Collected data:
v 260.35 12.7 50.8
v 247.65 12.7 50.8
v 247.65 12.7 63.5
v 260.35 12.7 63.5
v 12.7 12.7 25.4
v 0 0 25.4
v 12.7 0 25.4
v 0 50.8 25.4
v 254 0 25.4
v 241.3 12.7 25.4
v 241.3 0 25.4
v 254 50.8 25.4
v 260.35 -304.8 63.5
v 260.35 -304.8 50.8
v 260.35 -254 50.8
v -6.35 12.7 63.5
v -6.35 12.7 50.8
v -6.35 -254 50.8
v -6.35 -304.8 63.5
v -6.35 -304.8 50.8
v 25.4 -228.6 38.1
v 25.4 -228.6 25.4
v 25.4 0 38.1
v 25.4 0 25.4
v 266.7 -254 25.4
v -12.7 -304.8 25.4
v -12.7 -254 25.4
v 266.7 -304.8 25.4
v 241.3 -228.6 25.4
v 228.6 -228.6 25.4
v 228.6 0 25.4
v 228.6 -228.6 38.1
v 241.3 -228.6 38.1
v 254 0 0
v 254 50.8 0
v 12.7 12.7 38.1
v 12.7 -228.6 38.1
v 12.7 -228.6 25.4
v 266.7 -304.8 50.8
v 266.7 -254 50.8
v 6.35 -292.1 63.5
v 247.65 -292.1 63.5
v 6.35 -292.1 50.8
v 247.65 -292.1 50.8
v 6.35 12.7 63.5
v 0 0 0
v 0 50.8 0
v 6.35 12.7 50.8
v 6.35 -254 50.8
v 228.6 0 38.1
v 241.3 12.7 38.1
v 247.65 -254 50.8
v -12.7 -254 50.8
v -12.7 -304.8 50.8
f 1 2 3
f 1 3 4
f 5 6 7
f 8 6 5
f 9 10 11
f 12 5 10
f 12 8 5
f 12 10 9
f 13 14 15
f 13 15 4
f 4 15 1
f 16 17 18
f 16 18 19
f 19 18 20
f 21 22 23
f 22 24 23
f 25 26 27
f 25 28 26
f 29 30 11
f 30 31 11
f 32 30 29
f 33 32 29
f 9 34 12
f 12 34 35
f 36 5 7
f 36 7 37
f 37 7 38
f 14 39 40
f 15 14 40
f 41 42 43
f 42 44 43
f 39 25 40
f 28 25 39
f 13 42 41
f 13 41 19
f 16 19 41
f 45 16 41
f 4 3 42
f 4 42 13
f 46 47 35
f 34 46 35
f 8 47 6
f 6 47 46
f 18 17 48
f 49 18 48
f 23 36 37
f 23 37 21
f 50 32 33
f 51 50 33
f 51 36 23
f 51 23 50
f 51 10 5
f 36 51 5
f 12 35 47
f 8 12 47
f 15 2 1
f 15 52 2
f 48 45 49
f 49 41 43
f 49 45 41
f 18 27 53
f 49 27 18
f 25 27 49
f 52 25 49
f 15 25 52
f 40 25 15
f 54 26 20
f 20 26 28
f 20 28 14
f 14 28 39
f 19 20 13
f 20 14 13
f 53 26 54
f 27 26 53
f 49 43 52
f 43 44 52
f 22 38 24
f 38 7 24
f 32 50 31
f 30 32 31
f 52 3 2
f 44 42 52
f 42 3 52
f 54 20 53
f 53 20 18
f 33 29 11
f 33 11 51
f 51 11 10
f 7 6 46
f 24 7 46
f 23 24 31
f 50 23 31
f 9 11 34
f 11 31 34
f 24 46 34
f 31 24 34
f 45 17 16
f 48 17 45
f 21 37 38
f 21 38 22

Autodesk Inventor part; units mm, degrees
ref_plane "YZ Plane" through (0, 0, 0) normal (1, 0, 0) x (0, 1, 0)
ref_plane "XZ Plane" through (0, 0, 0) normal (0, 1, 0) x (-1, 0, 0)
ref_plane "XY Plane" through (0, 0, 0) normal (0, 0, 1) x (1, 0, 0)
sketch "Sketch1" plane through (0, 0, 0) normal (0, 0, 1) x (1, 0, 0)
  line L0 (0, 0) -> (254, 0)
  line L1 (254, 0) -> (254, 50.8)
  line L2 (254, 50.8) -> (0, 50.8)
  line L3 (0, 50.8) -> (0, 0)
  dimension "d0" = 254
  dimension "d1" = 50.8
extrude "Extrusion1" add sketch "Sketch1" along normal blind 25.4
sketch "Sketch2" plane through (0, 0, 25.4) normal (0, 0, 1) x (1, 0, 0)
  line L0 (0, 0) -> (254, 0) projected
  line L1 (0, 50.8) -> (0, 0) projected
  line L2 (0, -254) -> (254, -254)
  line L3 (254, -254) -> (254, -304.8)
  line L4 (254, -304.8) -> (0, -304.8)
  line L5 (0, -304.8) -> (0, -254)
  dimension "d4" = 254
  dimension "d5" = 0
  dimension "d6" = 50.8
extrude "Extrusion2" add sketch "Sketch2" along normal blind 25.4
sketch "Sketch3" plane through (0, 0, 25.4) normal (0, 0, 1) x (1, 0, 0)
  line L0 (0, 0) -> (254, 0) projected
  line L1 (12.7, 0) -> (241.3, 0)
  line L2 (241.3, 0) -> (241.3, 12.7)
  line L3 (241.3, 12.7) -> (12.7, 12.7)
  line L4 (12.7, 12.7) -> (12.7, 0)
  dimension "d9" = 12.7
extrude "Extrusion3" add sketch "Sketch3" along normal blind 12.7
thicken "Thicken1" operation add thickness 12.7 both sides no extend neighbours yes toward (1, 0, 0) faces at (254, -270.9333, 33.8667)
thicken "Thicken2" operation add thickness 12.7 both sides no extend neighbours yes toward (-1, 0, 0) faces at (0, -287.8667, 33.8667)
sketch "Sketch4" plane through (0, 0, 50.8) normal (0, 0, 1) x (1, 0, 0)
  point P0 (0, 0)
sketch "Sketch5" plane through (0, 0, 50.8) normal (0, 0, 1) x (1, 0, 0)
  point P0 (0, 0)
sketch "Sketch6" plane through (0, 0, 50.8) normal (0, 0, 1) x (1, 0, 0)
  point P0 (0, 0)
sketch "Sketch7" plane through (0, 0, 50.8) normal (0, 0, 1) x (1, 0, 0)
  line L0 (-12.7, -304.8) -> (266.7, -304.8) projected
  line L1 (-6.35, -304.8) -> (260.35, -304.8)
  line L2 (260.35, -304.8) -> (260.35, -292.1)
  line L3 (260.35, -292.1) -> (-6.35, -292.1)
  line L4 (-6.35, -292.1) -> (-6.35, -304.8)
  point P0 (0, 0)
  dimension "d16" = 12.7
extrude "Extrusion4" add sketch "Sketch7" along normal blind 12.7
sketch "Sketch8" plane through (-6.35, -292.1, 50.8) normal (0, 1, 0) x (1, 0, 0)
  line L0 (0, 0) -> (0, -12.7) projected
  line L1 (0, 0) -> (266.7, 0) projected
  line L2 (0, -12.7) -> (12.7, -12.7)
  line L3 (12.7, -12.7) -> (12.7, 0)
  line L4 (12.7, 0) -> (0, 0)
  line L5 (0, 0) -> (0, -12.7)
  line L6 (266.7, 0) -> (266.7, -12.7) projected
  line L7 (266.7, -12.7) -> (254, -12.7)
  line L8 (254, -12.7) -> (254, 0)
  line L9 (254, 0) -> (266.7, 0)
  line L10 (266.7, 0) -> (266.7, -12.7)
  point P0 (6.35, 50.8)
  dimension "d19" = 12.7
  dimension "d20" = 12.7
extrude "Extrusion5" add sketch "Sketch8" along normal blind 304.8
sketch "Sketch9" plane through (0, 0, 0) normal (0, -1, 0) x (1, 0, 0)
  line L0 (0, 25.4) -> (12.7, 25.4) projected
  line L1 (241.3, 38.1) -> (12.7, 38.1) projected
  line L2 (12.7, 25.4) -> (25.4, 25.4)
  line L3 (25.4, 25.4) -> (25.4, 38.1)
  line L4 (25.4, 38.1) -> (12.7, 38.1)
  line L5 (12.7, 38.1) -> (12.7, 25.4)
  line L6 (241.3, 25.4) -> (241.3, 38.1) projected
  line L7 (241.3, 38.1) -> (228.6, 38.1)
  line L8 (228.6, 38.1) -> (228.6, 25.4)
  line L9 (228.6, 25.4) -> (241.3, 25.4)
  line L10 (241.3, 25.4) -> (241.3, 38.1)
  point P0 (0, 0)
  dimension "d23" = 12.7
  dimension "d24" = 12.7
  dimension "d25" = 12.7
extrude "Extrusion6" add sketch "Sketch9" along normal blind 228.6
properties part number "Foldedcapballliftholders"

→ What you have to do:
Copy the records above exactly, from the first line through the line containing "v 25.4 0 25.4", and include nothing else.

→ Task answer:
v 260.35 12.7 50.8
v 247.65 12.7 50.8
v 247.65 12.7 63.5
v 260.35 12.7 63.5
v 12.7 12.7 25.4
v 0 0 25.4
v 12.7 0 25.4
v 0 50.8 25.4
v 254 0 25.4
v 241.3 12.7 25.4
v 241.3 0 25.4
v 254 50.8 25.4
v 260.35 -304.8 63.5
v 260.35 -304.8 50.8
v 260.35 -254 50.8
v -6.35 12.7 63.5
v -6.35 12.7 50.8
v -6.35 -254 50.8
v -6.35 -304.8 63.5
v -6.35 -304.8 50.8
v 25.4 -228.6 38.1
v 25.4 -228.6 25.4
v 25.4 0 38.1
v 25.4 0 25.4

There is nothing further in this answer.